Stevie was doing her best not to want to rip Richard Daschut in half. She was trying her best to see a grown man, a professional, a producer in front of her, but all she could see was the man who'd spent the better part of three years in her living room, calling his pot dealer and asking Lindsey for his money - her money - to pay for it while they sat at home and fiddled with a tape recorder as dealt with the lunch rush at Clementine's in an uncomfortable flapper dress. All could see was a representative from the boys club, telling her to give up pushing for "Silver Springs" to be the last track on the album.

"It's the song that completes the story, Richard!" Stevie had long since given up on keeping her voice down, and she could see the crowd gathering around them. "You can't have Lindsey telling me to shack up somewhere with someone or whatever the fuck he sang about me when he was angry...and me telling him to go take his freedom if he wants it! That's incomplete! It's not what we're trying to accomplish here!"

"This isn't The Stevie Nicks Variety hour, okay, this is a group effort," Richard reminded her. "If you don't think you've got enough with three songs on the album...not to mention you wrote the lyrics to the damn chain song...go make a solo album and leave the rest of us team players the fuck alone!" Richard turned to storm out of the room.

"Maybe I will!" she shouted after him, but it was too late. Richard was gone, and she was left surrounded by Christine, Mick and Ken, all staring at her like she was the bad guy. She looked from face to face until she finally threw her hands in the air and shouted, "What?!"

"Come with me," Mick said, holding out his hand to her. Stevie looked at him as though his request was more odd than it was; he'd pulled he aside many a day in Sausalito earlier that year when things got rough in the studio, and took her out back for a sympathetic ear and a few bumps of cocaine from his breast pocket. When she flinched at the touch of his hand, he said, "You need a breather, Stevie. Come on. Let's go for a walk."

For Stevie, who stood at just over five feet tall and was wearing high-heeled boots, walking with six-foot-six Mick Fleetwood was more of a challenge that she'd anticipated. She told him to slow down twice before she found herself being let into a room she'd never seen at the studio before with red velvet couches and glass tables. She immediately flopped down onto one of them, still physically demonstrating her anger towards everyone about "Silver Springs".

"You must learn to pick your battles, Stevie." Mick sat down beside her and pulled a vial of cocaine out of his breast pocket as always. "Here...even yourself out a bit, love. You need a reason to smile."

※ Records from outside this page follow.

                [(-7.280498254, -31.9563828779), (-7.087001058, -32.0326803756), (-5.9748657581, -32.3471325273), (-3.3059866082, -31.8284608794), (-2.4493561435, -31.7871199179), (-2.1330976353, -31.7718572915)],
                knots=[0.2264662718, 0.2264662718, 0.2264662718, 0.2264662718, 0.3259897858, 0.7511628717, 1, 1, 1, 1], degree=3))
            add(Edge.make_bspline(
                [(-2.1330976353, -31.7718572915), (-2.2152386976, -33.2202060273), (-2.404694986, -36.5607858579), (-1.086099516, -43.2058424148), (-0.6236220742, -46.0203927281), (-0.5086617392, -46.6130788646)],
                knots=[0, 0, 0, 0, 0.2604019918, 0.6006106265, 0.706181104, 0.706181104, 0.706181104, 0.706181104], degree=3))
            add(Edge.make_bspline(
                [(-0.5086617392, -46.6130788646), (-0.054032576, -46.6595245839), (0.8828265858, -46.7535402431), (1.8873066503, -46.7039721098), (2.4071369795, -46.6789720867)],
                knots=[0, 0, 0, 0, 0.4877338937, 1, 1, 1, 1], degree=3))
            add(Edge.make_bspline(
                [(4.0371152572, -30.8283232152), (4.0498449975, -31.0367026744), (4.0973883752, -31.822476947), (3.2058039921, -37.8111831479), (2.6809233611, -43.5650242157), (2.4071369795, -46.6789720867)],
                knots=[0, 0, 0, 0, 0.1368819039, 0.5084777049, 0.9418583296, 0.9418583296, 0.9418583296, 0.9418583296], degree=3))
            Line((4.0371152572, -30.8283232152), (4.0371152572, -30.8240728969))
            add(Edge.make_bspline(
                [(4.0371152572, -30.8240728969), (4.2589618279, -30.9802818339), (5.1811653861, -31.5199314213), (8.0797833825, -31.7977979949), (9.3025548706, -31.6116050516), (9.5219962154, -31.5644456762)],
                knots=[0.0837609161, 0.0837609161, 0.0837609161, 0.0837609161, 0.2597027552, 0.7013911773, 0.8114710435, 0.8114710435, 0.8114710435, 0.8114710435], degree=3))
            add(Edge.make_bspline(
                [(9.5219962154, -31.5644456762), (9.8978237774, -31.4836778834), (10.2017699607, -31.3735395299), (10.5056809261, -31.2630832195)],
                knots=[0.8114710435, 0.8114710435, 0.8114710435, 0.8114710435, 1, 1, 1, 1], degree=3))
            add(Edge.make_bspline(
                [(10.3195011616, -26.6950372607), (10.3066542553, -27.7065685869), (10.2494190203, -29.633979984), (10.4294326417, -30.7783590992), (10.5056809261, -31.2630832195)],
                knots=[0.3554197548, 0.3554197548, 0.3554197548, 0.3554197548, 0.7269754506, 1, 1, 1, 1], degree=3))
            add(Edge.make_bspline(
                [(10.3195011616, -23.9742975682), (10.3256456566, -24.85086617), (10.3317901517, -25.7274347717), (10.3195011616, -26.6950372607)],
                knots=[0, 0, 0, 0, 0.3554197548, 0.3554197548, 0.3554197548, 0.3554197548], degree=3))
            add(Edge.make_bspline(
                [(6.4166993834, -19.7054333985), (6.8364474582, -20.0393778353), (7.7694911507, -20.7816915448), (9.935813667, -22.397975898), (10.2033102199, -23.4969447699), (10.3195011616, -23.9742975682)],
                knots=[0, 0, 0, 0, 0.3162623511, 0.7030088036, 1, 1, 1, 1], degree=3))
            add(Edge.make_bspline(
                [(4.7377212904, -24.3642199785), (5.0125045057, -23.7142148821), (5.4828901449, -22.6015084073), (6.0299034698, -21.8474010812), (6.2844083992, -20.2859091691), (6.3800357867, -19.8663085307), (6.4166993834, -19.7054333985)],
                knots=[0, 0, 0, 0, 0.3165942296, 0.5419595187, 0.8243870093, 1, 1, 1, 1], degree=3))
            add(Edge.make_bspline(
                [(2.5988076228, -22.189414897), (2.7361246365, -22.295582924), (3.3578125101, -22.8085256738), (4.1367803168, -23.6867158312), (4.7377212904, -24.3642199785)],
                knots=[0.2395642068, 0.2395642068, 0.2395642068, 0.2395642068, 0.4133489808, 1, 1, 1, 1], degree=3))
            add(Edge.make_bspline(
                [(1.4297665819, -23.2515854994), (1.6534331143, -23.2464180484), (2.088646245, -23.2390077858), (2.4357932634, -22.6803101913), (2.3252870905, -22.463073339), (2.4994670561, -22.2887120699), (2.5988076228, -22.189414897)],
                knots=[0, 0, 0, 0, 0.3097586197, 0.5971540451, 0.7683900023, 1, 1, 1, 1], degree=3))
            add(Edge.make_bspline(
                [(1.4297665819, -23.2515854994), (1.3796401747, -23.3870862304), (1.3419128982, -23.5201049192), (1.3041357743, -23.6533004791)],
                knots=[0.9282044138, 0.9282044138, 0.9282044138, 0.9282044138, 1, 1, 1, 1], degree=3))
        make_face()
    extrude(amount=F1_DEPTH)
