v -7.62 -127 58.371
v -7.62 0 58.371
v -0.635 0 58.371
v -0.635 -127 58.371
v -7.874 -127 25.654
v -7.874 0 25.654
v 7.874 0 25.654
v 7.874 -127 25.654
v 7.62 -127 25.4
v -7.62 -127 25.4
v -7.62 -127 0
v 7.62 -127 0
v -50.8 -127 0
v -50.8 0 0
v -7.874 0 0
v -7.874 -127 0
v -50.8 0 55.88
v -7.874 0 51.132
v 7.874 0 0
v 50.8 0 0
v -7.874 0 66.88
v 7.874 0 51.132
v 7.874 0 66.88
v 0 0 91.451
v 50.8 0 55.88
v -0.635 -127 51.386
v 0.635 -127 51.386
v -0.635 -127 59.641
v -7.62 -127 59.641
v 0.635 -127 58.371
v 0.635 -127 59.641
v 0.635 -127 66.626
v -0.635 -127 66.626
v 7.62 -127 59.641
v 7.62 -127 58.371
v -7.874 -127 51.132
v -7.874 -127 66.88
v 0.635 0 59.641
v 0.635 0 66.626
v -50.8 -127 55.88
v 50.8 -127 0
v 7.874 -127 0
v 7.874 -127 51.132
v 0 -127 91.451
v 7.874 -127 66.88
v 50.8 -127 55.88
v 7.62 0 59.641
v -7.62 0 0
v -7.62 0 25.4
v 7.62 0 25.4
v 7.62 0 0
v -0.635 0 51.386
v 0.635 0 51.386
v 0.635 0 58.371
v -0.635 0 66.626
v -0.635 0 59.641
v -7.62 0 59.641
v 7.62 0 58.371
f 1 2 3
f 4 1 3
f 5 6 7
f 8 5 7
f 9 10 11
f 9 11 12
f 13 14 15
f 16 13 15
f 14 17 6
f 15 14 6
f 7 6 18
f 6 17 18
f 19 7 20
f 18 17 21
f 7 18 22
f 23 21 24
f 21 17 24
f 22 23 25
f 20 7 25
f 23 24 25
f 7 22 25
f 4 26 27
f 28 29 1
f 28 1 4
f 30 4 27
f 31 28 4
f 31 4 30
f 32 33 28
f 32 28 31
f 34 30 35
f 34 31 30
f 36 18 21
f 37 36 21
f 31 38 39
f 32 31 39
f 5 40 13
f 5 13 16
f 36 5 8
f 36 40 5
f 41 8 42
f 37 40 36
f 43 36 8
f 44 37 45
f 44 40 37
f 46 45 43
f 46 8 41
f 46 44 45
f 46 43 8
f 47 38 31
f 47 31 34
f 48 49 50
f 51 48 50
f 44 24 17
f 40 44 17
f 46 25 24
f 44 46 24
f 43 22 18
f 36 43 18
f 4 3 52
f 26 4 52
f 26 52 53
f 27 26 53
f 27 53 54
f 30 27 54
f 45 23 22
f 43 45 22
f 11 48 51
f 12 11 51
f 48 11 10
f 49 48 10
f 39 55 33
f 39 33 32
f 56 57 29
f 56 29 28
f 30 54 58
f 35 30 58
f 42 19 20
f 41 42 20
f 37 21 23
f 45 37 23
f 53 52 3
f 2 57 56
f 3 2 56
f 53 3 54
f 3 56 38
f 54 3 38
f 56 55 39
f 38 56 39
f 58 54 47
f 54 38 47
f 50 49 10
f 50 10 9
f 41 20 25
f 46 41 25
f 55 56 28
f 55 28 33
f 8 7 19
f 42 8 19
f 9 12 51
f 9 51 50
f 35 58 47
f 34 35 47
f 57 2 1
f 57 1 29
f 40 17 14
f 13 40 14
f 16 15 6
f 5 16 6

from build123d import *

# Parameters (mm, degrees)
F1_DEPTH = 127
F0_W     = 1.27
F0_H     = 6.985
F0_W_2   = 6.985
F0_H_2   = 1.27
F0_H_3   = 2.4906031942
F0_H_4   = 4.4943968058
F0_W_3   = 15.24
F0_H_5   = 25.4


with BuildPart() as f1:
    # F0 (on Front) → F1 (new body)
    with BuildSketch(Plane.XZ):
        Polygon((0, 91.4505429411), (-50.8, 55.88), (-7.874, 55.88), (-7.874, 66.8796031942), (7.874, 66.8796031942), (7.874, 55.88), (50.8, 55.88), align=None)
        Polygon((-50.8, 0), (-7.874, 0), (-7.874, 25.654), (7.874, 25.654), (7.874, 0), (50.8, 0), (50.8, 55.88), (7.874, 55.88), (7.874, 51.1316031942), (-7.874, 51.1316031942), (-7.874, 55.88), (-50.8, 55.88), align=None)
    extrude(amount=F1_DEPTH)


with BuildPart() as f1b:
    # F0 (on Front) → F1, piece 2 (new body)
    with BuildSketch(Plane.XZ):
        with Locations((0, 63.1331031942)):
            Rectangle(F0_W, F0_H)
        with Locations((4.1275, 59.0056031942)):
            Rectangle(F0_W_2, F0_H_2)
        with Locations((-4.1275, 59.0056031942)):
            Rectangle(F0_W_2, F0_H_2)
        with Locations((0, 59.0056031942)):
            Rectangle(F0_W, F0_H_2)
        with Locations((0, 57.1253015971)):
            Rectangle(F0_W, F0_H_3)
        with Locations((0, 53.6328015971)):
            Rectangle(F0_W, F0_H_4)
    extrude(amount=F1_DEPTH)


with BuildPart() as f1c:
    # F0 (on Front) → F1, piece 3 (new body)
    with BuildSketch(Plane.XZ):
        with Locations((0, 12.7)):
            Rectangle(F0_W_3, F0_H_5)
    extrude(amount=F1_DEPTH)


solid = Compound([f1.part, f1b.part, f1c.part])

"I have reasons to smile, Mick...just not about this." But she did take the vial from him and unscrewed the top to use the spoon on the inside for a bump in each nostril. "Thank you." She closed the vial and returned it to him.

"Think about those things then, love. Anything to keep you from coming unhinged about something that you can't do anything about." He let a sympathetic hand drop to her knee. "What's making you smile these days, Stevie? Tell me." He sat back against the corner of the couch and began using his own cocaine.

"Mick." She looked back at him, folding her arms. "Did you seriously invite me in here for a catch-up-on-life conversation?"

"No...I brought you in here to offer you coke," he clarified with a sly grin. "Then I decided we should catch up. How are you, Stevie? Really."